*** Opening of Records for this task ***
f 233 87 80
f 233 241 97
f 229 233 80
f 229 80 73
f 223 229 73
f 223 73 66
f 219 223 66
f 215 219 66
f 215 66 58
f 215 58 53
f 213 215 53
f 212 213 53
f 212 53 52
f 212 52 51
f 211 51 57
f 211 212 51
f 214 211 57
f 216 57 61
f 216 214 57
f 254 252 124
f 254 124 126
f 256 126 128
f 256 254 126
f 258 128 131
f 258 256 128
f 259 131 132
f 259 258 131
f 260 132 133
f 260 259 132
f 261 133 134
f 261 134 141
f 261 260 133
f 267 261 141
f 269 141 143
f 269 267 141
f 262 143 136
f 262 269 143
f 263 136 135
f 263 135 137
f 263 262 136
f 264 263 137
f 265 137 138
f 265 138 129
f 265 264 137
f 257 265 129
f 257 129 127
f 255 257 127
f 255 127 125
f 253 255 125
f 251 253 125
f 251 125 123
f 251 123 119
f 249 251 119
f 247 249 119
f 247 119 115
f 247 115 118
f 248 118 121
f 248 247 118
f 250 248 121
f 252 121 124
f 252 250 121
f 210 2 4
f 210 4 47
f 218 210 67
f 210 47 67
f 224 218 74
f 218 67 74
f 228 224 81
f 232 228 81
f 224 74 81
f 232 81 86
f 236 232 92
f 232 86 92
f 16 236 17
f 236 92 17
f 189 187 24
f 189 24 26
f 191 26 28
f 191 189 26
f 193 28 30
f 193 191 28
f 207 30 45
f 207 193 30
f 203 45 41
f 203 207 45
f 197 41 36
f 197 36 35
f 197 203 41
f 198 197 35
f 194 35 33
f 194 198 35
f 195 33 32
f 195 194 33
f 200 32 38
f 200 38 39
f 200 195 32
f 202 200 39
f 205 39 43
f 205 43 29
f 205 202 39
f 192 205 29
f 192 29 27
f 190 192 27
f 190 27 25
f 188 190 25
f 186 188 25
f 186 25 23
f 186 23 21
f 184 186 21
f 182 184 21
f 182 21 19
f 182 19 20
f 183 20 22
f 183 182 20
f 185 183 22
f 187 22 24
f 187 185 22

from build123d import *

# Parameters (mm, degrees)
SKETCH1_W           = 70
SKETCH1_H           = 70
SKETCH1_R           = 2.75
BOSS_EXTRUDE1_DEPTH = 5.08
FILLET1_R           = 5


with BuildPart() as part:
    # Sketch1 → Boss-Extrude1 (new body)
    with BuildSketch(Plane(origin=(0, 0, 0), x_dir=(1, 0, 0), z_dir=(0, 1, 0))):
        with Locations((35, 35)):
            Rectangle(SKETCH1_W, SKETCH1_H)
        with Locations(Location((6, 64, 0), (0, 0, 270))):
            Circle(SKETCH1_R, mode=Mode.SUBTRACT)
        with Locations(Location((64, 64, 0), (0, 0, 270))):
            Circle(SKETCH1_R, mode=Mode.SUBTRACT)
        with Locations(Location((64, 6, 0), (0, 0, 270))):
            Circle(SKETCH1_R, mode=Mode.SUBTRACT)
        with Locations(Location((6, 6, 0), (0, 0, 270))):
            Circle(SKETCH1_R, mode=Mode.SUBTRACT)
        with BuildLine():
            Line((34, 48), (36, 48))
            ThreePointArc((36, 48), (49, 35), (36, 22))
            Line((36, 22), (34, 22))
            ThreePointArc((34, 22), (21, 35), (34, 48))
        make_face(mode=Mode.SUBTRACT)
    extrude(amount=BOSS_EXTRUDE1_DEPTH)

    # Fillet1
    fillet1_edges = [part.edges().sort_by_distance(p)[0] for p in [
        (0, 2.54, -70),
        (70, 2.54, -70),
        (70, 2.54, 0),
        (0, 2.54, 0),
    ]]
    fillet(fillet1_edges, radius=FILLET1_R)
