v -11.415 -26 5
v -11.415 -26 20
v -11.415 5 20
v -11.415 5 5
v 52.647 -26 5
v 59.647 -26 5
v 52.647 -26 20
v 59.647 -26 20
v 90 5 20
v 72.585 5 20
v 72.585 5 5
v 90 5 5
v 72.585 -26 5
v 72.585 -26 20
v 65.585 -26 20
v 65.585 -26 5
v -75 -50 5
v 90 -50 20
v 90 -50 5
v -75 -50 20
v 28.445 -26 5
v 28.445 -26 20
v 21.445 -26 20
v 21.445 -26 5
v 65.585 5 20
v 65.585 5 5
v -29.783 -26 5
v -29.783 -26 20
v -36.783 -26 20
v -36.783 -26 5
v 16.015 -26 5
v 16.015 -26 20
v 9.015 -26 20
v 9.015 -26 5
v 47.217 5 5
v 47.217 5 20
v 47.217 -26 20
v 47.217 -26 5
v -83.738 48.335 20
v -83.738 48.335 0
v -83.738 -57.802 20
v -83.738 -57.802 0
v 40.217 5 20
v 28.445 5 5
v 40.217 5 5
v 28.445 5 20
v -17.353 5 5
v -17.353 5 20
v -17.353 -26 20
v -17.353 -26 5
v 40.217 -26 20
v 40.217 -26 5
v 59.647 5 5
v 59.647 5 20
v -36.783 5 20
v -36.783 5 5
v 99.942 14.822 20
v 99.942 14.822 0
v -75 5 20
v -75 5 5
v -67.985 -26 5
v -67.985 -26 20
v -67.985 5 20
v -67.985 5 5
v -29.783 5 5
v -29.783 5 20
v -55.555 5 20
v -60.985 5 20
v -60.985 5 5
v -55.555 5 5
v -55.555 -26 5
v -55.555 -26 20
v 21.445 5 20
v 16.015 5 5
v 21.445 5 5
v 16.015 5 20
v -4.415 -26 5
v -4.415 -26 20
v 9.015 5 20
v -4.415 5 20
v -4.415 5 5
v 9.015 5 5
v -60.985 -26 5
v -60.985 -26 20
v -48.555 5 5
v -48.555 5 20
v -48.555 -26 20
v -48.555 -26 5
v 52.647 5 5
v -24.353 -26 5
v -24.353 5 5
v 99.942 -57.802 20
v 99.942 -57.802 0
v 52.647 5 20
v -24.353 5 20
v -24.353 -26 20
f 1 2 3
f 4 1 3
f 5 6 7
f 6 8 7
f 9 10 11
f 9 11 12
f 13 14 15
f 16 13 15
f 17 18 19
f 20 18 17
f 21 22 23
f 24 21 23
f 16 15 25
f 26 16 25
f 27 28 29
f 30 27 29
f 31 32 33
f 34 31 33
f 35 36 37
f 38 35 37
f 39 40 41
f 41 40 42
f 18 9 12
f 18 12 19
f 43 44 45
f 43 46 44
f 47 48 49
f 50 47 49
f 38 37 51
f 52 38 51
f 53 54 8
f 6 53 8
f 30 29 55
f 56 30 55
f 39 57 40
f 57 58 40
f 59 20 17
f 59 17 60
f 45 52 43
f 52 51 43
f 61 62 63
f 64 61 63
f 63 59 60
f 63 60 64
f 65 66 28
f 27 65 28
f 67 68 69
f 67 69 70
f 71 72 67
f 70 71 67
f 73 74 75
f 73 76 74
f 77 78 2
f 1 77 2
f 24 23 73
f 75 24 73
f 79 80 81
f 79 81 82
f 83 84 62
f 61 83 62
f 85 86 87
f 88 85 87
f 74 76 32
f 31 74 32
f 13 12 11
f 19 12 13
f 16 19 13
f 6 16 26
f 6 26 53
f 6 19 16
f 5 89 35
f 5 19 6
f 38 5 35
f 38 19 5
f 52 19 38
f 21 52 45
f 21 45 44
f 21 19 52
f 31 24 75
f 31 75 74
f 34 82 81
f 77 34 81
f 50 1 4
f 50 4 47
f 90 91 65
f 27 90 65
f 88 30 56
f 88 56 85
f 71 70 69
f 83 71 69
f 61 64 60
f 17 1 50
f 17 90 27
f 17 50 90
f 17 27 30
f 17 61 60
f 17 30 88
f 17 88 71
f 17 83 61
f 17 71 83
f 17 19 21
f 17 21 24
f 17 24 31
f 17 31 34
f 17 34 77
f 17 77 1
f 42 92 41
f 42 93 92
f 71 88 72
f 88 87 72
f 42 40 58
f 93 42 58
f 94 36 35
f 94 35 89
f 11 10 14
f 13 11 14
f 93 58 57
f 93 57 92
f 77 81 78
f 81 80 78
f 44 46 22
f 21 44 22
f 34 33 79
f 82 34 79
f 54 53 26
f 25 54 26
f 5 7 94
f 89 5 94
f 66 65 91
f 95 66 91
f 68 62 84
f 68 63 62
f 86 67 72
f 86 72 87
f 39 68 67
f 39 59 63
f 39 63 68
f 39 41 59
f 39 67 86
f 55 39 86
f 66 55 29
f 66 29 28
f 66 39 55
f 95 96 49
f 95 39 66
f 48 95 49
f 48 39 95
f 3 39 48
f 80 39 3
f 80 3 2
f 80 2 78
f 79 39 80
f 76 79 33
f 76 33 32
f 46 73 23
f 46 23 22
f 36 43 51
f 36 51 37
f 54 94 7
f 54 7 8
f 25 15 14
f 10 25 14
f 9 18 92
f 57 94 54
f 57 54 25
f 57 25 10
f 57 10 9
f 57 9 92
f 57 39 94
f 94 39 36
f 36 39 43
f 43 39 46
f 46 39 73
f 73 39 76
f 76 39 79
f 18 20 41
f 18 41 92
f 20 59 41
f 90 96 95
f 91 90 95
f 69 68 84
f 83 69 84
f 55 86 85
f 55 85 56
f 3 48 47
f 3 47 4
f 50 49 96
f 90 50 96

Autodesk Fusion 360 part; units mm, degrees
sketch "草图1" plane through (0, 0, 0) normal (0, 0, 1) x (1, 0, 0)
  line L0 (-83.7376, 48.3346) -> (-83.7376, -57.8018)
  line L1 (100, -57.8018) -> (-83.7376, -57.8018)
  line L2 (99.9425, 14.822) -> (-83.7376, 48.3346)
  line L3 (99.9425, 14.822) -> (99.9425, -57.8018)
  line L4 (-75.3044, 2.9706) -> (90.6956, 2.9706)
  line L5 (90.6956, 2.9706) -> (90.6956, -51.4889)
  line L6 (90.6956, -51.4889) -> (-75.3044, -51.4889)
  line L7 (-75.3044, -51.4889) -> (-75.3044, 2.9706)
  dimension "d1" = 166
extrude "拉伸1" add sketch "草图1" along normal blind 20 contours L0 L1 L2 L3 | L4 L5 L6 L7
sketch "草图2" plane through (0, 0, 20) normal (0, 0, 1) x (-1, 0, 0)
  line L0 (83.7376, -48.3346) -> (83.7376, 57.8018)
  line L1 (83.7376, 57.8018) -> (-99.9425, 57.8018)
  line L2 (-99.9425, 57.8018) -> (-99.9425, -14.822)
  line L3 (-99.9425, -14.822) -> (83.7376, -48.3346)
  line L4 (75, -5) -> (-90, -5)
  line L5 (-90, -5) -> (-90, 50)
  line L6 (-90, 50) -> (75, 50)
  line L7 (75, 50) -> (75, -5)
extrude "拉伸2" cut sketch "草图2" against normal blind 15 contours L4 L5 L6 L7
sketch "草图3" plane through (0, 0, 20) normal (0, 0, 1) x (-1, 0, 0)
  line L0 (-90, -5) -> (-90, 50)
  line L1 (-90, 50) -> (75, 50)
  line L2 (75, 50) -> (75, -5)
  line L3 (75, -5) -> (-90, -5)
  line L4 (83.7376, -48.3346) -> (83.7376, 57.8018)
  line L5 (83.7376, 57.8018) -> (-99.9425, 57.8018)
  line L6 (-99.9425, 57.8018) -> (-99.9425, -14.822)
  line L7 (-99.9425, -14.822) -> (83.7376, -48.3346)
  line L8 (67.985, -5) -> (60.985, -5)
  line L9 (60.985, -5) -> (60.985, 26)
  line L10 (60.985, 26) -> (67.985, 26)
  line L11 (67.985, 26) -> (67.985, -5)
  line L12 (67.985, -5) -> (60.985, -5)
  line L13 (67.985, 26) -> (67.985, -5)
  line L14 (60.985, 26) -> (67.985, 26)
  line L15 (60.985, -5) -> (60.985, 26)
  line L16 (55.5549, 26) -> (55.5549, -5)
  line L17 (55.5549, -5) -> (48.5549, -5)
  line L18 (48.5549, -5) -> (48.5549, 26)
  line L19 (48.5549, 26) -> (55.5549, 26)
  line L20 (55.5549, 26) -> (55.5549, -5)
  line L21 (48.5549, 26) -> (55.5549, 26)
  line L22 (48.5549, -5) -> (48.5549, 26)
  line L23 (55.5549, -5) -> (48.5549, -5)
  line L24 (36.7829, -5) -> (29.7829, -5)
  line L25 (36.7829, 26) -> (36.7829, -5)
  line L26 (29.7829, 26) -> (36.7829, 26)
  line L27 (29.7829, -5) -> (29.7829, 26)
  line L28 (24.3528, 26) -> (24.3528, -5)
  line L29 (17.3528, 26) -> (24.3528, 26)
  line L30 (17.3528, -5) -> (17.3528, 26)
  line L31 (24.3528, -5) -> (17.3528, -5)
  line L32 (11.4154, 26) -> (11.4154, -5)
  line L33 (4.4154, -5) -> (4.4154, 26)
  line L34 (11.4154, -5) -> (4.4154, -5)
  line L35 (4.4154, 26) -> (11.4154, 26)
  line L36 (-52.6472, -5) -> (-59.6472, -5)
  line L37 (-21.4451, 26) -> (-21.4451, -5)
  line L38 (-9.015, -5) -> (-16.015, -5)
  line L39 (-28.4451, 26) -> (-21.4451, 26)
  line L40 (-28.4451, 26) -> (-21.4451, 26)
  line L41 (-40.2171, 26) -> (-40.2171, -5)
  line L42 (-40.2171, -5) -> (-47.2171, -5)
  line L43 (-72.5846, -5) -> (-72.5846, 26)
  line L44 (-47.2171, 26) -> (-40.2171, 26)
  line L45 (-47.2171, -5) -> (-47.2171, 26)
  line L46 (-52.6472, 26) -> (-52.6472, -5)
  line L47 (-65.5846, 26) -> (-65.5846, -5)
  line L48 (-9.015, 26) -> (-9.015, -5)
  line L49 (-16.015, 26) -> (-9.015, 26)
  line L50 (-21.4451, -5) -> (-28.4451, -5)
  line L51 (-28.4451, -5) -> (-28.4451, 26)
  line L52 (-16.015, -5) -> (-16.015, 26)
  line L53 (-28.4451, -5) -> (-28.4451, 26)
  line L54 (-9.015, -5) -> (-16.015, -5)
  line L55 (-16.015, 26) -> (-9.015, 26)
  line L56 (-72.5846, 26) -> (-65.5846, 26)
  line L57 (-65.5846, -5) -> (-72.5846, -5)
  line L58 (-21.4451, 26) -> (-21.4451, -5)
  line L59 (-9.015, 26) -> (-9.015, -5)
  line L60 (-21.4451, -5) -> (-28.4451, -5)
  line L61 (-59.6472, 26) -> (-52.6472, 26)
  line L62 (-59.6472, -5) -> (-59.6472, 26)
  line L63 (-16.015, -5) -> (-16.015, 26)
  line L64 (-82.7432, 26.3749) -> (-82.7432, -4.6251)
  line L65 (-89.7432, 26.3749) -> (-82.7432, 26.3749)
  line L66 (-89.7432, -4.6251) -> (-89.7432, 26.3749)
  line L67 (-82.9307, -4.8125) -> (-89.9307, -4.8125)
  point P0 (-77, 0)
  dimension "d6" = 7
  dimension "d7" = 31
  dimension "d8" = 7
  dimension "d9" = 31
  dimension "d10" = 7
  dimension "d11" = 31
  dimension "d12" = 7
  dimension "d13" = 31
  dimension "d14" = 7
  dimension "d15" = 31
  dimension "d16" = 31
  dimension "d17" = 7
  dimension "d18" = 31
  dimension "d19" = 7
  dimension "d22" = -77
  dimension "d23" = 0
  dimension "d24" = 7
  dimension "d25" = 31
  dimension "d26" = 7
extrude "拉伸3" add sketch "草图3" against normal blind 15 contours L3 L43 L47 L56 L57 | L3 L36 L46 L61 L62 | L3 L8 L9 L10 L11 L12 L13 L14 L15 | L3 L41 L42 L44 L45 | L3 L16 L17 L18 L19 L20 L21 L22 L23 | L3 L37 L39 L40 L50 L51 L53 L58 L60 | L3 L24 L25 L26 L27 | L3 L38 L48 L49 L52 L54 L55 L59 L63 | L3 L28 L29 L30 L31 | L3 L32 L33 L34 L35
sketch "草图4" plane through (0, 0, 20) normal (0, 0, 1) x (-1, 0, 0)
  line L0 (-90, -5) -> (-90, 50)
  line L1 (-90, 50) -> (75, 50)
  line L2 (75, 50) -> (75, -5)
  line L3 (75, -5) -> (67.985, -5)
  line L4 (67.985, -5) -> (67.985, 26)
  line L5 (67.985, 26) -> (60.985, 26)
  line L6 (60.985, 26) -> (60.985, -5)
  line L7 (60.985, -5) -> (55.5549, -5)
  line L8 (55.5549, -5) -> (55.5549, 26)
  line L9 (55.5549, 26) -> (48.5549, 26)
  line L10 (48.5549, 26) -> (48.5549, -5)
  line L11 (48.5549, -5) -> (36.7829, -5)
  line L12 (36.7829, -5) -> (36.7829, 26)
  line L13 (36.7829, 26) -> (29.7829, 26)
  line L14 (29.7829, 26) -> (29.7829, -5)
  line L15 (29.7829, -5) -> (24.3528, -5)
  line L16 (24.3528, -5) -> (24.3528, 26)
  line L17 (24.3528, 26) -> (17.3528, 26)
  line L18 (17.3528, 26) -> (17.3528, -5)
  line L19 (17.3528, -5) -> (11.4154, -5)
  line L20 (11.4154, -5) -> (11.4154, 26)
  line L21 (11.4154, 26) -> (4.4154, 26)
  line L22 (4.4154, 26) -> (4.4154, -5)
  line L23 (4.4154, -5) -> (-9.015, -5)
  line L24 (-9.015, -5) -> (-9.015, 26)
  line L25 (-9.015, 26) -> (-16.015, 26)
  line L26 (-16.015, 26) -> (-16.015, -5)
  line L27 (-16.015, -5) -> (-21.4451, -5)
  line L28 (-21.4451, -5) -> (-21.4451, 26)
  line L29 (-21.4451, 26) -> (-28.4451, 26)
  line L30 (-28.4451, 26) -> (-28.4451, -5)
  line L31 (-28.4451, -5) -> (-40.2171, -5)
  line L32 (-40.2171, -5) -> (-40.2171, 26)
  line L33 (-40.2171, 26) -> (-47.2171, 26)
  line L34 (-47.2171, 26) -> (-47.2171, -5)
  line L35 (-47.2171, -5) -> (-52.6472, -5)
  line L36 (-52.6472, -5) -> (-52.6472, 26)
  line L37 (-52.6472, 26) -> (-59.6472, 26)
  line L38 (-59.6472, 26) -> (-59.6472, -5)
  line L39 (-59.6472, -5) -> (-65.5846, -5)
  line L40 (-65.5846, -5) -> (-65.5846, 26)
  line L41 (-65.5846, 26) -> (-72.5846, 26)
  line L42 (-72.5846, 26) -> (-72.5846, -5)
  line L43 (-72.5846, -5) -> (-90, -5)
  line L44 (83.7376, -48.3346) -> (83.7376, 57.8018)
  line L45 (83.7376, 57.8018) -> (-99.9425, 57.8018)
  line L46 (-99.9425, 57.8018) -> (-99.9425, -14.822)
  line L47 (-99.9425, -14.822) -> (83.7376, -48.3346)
*** Close of Records for this task ***
*** Opening of Records for this task ***
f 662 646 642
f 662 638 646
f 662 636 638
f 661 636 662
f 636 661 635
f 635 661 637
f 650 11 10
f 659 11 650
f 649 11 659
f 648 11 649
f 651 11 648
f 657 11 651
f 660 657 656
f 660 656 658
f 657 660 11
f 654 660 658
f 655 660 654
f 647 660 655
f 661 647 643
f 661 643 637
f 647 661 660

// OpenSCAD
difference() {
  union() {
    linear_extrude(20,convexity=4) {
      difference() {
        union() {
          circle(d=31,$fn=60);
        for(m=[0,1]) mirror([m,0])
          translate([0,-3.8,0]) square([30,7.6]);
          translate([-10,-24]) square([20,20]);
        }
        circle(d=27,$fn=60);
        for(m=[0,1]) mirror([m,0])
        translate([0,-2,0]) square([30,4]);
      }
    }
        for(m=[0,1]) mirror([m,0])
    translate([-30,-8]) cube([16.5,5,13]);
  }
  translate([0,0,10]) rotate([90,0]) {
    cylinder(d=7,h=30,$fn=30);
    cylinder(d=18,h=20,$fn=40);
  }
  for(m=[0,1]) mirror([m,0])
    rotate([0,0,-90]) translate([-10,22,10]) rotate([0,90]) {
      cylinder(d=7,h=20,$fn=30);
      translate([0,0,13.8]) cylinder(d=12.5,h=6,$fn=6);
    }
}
*** Close of Records for this task ***
Activity: Look above for the line holding "v -29.783 -26 20" and the line holding "v -55.555 -26 20". Retype both, and every line between them, word for word and nothing else.

Expected answer:
v -29.783 -26 20
v -36.783 -26 20
v -36.783 -26 5
v 16.015 -26 5
v 16.015 -26 20
v 9.015 -26 20
v 9.015 -26 5
v 47.217 5 5
v 47.217 5 20
v 47.217 -26 20
v 47.217 -26 5
v -83.738 48.335 20
v -83.738 48.335 0
v -83.738 -57.802 20
v -83.738 -57.802 0
v 40.217 5 20
v 28.445 5 5
v 40.217 5 5
v 28.445 5 20
v -17.353 5 5
v -17.353 5 20
v -17.353 -26 20
v -17.353 -26 5
v 40.217 -26 20
v 40.217 -26 5
v 59.647 5 5
v 59.647 5 20
v -36.783 5 20
v -36.783 5 5
v 99.942 14.822 20
v 99.942 14.822 0
v -75 5 20
v -75 5 5
v -67.985 -26 5
v -67.985 -26 20
v -67.985 5 20
v -67.985 5 5
v -29.783 5 5
v -29.783 5 20
v -55.555 5 20
v -60.985 5 20
v -60.985 5 5
v -55.555 5 5
v -55.555 -26 5
v -55.555 -26 20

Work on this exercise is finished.